**Prompt:** Below are records; reproduce exactly the lines from the one that has "f 180 606 183" through the one that has "f 143 561 190", ends included, and nothing more.

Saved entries

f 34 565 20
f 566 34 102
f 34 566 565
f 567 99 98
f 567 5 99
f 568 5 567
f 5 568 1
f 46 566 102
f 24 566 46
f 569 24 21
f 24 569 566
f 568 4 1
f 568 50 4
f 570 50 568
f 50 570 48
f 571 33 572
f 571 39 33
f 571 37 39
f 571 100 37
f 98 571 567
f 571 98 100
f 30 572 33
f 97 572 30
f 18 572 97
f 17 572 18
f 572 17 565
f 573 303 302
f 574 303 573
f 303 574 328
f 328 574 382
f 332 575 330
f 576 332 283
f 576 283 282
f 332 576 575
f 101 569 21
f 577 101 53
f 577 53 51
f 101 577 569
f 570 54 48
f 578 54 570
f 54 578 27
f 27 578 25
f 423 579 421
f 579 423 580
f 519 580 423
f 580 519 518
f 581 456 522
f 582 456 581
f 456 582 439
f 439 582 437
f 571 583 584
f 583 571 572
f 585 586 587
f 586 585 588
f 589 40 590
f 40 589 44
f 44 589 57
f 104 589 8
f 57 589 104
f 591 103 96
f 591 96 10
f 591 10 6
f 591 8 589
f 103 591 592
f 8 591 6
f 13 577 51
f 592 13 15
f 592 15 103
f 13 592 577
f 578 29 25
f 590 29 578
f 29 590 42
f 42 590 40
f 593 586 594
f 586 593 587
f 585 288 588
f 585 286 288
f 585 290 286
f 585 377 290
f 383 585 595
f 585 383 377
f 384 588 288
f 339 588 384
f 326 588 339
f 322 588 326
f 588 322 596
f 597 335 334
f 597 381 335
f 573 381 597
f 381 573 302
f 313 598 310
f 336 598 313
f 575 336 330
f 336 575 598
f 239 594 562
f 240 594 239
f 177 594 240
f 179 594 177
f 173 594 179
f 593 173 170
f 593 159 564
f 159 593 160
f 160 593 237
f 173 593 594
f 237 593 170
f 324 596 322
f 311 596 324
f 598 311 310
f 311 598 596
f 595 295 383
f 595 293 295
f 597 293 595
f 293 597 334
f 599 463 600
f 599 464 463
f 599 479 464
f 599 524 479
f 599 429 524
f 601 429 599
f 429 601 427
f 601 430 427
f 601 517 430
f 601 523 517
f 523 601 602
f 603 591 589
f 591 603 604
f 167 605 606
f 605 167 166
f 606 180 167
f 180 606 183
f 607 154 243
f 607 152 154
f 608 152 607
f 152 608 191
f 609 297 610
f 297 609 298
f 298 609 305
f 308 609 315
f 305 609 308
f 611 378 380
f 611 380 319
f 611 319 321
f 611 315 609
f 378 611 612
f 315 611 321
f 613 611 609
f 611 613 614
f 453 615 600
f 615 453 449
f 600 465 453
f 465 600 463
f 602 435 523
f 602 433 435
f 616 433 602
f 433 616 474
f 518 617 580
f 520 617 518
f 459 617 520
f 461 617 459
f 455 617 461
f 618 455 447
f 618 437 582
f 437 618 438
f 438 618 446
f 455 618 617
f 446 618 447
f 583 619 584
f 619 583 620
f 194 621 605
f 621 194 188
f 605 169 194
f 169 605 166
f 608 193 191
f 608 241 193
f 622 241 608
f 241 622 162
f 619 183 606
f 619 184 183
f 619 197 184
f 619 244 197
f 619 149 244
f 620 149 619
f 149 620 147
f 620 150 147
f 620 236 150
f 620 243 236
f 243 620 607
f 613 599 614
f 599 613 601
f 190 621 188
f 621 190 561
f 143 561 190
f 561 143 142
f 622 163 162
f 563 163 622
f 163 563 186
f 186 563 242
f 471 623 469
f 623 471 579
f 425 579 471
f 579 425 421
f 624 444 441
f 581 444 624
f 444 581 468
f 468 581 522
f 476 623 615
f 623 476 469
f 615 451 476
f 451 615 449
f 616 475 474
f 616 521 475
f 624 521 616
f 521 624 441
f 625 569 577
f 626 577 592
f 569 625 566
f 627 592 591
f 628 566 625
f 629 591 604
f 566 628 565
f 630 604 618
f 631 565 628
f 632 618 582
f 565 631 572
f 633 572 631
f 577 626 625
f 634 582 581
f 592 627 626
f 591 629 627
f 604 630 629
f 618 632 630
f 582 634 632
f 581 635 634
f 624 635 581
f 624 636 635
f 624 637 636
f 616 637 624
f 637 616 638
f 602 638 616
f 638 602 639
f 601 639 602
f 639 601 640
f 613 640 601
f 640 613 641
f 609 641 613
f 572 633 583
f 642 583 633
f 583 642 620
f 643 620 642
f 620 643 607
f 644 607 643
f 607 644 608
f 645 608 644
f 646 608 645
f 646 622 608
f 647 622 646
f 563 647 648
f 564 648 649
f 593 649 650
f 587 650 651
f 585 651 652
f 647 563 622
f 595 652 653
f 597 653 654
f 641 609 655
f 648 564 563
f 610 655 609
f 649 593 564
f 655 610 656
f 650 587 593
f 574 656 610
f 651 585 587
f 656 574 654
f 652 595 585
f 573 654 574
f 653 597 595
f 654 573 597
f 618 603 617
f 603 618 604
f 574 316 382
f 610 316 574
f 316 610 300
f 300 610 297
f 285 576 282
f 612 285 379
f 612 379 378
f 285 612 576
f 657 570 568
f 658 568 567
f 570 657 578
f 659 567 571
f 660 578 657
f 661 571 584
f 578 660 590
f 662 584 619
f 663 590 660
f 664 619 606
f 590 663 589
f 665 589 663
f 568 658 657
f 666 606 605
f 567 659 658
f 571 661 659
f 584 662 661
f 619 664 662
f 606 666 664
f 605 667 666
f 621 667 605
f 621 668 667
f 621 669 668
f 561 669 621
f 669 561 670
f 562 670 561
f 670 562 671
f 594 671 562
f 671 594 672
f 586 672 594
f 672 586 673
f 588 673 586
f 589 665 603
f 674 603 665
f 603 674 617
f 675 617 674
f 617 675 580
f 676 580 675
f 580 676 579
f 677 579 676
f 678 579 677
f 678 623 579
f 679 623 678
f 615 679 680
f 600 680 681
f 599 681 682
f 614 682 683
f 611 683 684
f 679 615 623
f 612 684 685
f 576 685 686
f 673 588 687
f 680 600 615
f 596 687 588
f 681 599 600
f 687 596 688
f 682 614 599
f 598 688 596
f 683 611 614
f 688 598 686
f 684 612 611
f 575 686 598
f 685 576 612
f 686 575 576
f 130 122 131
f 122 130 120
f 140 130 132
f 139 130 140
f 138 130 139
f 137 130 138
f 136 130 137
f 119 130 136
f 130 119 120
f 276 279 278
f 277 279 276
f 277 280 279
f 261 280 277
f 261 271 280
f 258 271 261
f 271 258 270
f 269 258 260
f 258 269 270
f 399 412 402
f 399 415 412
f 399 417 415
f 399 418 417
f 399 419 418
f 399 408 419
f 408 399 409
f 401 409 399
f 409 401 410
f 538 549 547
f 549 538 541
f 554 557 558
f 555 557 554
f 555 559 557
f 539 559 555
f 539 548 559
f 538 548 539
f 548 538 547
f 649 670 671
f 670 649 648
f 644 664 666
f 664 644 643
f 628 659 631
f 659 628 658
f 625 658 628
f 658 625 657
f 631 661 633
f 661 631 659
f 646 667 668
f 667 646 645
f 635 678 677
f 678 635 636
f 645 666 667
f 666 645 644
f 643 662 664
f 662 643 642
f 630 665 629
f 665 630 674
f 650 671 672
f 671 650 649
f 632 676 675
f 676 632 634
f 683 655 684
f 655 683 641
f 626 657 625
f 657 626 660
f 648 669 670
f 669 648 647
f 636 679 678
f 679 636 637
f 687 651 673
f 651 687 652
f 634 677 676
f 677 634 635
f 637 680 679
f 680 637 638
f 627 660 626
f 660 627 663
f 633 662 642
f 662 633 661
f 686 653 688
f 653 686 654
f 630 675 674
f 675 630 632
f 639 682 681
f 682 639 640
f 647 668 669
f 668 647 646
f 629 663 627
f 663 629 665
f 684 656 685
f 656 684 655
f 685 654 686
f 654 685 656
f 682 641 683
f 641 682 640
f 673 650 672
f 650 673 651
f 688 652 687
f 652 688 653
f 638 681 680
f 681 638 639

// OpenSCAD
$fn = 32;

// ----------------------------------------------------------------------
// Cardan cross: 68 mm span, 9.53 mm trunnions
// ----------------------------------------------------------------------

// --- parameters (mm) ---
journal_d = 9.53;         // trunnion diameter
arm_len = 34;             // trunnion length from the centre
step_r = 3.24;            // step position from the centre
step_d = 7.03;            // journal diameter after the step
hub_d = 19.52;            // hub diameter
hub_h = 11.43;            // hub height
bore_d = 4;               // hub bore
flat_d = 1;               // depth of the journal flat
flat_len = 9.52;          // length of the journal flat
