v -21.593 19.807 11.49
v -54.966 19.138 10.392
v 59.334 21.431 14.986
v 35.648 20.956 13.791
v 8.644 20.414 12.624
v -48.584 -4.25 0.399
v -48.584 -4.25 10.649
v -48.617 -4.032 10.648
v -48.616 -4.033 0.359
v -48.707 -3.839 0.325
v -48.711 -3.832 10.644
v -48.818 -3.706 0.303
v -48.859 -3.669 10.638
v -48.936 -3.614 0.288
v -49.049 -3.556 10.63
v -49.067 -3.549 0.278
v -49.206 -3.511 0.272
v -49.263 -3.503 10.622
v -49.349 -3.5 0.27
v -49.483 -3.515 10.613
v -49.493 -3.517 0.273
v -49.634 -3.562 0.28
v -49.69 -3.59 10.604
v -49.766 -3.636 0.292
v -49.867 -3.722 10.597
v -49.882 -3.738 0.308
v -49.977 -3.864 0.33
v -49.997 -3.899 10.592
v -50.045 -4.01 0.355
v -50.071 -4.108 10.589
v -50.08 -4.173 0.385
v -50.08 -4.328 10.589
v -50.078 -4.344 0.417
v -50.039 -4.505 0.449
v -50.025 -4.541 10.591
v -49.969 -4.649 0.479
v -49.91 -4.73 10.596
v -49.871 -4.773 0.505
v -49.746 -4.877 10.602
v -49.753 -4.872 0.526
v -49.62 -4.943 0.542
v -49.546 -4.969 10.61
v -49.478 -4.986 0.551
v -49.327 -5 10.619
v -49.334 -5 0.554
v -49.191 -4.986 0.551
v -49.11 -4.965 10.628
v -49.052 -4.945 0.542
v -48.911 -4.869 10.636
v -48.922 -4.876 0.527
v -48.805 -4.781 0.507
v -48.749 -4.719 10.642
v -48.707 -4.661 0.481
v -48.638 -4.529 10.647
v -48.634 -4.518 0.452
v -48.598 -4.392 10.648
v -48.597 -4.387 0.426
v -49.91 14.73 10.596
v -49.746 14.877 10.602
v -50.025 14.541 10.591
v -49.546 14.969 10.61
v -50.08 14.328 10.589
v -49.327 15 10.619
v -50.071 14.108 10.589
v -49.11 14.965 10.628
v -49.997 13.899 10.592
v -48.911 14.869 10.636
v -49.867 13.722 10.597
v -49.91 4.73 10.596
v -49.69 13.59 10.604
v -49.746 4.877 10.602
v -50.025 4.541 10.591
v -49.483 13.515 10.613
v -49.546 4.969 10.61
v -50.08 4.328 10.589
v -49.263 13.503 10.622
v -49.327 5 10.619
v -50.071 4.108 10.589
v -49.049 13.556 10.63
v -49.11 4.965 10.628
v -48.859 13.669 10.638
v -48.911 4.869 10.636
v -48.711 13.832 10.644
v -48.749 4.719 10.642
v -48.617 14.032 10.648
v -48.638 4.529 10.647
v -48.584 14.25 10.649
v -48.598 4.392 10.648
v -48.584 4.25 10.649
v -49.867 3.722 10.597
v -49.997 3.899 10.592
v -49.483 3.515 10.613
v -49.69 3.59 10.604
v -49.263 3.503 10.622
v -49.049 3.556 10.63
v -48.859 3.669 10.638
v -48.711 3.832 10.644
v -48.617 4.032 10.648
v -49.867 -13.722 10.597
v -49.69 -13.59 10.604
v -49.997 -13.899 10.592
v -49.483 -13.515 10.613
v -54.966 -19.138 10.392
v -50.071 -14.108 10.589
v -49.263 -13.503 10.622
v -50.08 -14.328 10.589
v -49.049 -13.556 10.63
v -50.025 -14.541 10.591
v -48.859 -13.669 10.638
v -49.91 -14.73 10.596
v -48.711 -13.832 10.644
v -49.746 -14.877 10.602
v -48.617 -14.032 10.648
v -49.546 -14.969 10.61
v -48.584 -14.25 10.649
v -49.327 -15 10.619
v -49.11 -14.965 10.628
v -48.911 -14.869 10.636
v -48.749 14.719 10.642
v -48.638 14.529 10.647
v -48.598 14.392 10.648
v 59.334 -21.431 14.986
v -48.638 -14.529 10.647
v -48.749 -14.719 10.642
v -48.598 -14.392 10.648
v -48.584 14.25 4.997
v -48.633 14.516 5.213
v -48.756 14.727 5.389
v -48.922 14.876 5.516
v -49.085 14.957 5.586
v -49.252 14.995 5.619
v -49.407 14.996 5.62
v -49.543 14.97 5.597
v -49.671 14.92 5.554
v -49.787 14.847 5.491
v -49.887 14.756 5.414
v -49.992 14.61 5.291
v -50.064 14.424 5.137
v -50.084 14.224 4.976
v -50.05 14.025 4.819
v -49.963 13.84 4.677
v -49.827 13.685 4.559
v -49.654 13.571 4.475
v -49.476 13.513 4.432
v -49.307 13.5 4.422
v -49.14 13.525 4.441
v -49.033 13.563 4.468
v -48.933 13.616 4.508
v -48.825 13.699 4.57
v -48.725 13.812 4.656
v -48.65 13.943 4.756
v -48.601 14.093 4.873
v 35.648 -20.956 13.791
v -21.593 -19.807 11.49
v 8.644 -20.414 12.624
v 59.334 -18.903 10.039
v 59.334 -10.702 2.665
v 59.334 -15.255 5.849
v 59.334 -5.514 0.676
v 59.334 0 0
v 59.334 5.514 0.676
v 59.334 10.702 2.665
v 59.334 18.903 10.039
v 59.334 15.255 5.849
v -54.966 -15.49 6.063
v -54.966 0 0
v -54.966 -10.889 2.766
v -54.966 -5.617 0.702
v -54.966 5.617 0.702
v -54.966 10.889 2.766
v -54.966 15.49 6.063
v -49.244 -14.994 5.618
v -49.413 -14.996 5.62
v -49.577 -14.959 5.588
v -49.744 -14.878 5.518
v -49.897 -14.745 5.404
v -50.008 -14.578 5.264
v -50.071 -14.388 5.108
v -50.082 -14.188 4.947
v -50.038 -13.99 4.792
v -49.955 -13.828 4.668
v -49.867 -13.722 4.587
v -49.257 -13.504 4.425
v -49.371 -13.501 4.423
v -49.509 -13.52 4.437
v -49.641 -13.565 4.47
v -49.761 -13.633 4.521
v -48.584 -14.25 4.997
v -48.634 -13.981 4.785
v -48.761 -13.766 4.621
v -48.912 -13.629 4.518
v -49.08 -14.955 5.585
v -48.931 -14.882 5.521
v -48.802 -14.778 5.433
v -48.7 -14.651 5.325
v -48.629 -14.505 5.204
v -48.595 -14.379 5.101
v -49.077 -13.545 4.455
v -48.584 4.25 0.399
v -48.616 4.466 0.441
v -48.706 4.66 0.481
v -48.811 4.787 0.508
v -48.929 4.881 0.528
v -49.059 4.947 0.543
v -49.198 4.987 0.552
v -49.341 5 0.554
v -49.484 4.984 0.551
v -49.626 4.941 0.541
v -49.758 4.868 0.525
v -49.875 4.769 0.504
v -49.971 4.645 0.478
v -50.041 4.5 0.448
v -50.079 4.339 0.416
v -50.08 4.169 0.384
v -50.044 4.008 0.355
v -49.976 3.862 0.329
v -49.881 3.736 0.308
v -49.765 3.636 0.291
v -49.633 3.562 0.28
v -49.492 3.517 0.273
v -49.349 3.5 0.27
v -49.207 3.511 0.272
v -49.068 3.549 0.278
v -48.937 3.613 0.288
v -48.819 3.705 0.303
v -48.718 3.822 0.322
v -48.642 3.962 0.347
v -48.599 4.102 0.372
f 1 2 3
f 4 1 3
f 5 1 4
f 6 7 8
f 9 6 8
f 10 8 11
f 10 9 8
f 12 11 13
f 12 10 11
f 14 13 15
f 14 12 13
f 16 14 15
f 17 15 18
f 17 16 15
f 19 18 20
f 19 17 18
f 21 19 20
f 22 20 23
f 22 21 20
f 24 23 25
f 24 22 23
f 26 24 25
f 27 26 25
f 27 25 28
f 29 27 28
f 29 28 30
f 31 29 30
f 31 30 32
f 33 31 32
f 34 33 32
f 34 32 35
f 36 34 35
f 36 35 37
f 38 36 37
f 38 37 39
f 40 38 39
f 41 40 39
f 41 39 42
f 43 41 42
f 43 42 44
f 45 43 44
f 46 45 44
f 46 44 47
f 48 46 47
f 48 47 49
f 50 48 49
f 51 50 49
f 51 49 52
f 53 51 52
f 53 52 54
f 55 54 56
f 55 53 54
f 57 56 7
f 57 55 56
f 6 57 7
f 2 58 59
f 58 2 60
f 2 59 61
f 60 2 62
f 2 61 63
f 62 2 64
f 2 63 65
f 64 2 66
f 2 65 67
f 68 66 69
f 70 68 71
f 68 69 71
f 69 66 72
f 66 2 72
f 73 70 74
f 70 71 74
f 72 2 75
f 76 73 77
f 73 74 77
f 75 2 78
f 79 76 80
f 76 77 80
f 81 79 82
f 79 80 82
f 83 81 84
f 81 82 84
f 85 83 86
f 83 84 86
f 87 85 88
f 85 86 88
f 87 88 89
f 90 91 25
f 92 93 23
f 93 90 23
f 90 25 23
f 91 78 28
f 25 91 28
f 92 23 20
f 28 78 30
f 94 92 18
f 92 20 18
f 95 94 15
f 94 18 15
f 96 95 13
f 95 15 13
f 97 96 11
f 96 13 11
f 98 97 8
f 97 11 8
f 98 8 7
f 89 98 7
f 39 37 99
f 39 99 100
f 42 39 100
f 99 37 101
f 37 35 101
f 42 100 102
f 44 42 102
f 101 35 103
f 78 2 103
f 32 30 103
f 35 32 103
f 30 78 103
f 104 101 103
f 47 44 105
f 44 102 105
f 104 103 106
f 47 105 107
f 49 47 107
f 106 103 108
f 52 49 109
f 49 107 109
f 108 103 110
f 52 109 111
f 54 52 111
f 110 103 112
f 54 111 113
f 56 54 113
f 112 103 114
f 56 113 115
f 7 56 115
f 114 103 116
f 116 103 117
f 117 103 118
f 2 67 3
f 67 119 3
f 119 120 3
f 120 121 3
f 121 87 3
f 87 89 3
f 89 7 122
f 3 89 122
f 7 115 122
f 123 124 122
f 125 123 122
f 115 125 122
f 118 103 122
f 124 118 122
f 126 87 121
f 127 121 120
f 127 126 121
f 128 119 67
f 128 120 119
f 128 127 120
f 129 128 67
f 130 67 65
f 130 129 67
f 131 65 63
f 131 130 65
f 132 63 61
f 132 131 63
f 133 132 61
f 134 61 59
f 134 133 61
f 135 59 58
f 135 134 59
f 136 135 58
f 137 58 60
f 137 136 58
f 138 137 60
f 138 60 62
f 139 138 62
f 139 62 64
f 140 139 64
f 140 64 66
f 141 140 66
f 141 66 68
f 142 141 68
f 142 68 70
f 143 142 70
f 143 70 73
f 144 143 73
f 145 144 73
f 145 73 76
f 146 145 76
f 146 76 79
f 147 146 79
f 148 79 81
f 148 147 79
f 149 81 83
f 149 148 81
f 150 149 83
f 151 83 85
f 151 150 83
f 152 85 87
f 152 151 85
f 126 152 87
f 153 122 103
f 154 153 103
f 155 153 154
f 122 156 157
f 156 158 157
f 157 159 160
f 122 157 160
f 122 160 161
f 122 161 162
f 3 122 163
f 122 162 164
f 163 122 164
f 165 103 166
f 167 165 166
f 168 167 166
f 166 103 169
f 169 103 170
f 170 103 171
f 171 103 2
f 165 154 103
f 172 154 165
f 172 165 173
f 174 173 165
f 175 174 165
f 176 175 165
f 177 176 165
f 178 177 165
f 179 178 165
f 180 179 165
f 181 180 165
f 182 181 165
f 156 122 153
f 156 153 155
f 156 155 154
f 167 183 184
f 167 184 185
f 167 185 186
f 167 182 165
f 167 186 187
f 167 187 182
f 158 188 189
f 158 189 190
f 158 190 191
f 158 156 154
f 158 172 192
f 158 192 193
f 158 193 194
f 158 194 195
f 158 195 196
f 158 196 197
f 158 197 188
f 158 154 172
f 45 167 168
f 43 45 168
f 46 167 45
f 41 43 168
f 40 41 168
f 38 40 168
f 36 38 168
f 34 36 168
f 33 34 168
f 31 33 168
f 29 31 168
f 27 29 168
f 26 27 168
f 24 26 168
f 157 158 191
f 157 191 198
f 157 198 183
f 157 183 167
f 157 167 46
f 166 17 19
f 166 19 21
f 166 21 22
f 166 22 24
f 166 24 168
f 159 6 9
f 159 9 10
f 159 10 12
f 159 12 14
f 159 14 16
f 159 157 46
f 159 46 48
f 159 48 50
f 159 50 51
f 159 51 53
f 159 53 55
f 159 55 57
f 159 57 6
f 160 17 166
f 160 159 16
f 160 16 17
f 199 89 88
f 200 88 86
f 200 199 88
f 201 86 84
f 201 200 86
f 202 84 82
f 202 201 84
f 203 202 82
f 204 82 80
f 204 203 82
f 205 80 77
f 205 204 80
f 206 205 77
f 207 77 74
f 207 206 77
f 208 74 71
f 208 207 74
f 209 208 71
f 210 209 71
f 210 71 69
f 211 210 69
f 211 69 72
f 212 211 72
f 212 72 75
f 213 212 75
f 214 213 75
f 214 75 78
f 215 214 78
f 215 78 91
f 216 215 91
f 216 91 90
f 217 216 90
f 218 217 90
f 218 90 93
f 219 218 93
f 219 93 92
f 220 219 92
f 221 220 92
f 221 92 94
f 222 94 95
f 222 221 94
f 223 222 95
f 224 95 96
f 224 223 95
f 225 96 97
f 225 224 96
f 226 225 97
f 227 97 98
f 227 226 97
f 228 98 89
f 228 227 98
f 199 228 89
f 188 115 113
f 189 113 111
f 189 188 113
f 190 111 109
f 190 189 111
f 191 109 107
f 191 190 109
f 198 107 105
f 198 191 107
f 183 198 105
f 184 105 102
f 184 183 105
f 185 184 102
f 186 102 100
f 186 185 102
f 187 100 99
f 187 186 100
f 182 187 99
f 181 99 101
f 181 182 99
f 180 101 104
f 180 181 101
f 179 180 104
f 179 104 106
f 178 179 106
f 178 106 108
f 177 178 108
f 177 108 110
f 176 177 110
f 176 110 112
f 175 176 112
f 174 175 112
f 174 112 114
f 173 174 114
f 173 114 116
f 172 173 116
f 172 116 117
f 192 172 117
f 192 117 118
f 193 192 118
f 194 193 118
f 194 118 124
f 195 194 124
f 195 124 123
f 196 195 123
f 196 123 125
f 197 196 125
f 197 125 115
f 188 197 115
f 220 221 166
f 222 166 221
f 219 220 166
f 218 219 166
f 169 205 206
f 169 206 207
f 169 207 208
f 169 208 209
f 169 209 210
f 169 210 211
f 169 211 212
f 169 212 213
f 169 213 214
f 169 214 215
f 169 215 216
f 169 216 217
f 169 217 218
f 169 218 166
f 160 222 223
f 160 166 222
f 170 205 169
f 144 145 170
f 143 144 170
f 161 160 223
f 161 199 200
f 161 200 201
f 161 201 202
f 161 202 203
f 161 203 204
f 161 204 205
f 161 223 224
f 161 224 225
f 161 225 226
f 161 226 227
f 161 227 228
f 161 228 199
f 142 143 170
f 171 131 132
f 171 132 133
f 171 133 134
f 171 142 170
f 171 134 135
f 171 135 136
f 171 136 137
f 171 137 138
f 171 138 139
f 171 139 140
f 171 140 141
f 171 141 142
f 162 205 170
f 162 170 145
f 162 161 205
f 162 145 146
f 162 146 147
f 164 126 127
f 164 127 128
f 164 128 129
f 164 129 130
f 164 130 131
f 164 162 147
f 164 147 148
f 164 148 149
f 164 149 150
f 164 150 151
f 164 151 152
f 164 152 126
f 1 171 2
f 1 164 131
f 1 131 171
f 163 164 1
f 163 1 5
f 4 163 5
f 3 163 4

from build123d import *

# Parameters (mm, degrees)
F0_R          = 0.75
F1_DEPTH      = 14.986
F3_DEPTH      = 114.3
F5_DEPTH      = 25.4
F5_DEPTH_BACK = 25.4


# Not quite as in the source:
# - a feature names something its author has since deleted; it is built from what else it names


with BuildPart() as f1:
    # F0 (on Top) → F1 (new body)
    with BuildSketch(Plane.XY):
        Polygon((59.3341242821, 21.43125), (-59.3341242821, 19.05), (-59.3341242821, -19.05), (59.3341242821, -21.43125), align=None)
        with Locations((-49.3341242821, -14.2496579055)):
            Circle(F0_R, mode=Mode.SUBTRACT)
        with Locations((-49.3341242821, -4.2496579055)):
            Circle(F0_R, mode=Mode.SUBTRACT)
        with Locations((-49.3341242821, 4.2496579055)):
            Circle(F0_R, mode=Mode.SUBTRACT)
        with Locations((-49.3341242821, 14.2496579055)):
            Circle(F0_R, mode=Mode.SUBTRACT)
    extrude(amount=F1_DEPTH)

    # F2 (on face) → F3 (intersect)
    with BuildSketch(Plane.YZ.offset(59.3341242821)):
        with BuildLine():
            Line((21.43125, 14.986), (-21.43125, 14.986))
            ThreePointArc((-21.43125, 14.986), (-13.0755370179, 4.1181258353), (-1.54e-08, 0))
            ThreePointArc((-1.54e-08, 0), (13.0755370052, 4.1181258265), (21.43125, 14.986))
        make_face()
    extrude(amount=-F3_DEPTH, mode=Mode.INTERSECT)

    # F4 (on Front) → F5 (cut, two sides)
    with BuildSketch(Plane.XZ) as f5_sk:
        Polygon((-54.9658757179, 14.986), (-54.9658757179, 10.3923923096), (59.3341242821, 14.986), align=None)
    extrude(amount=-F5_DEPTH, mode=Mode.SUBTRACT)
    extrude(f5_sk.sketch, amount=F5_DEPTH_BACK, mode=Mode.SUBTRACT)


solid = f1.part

**Task solution:**
f 180 606 183
f 607 154 243
f 607 152 154
f 608 152 607
f 152 608 191
f 609 297 610
f 297 609 298
f 298 609 305
f 308 609 315
f 305 609 308
f 611 378 380
f 611 380 319
f 611 319 321
f 611 315 609
f 378 611 612
f 315 611 321
f 613 611 609
f 611 613 614
f 453 615 600
f 615 453 449
f 600 465 453
f 465 600 463
f 602 435 523
f 602 433 435
f 616 433 602
f 433 616 474
f 518 617 580
f 520 617 518
f 459 617 520
f 461 617 459
f 455 617 461
f 618 455 447
f 618 437 582
f 437 618 438
f 438 618 446
f 455 618 617
f 446 618 447
f 583 619 584
f 619 583 620
f 194 621 605
f 621 194 188
f 605 169 194
f 169 605 166
f 608 193 191
f 608 241 193
f 622 241 608
f 241 622 162
f 619 183 606
f 619 184 183
f 619 197 184
f 619 244 197
f 619 149 244
f 620 149 619
f 149 620 147
f 620 150 147
f 620 236 150
f 620 243 236
f 243 620 607
f 613 599 614
f 599 613 601
f 190 621 188
f 621 190 561
f 143 561 190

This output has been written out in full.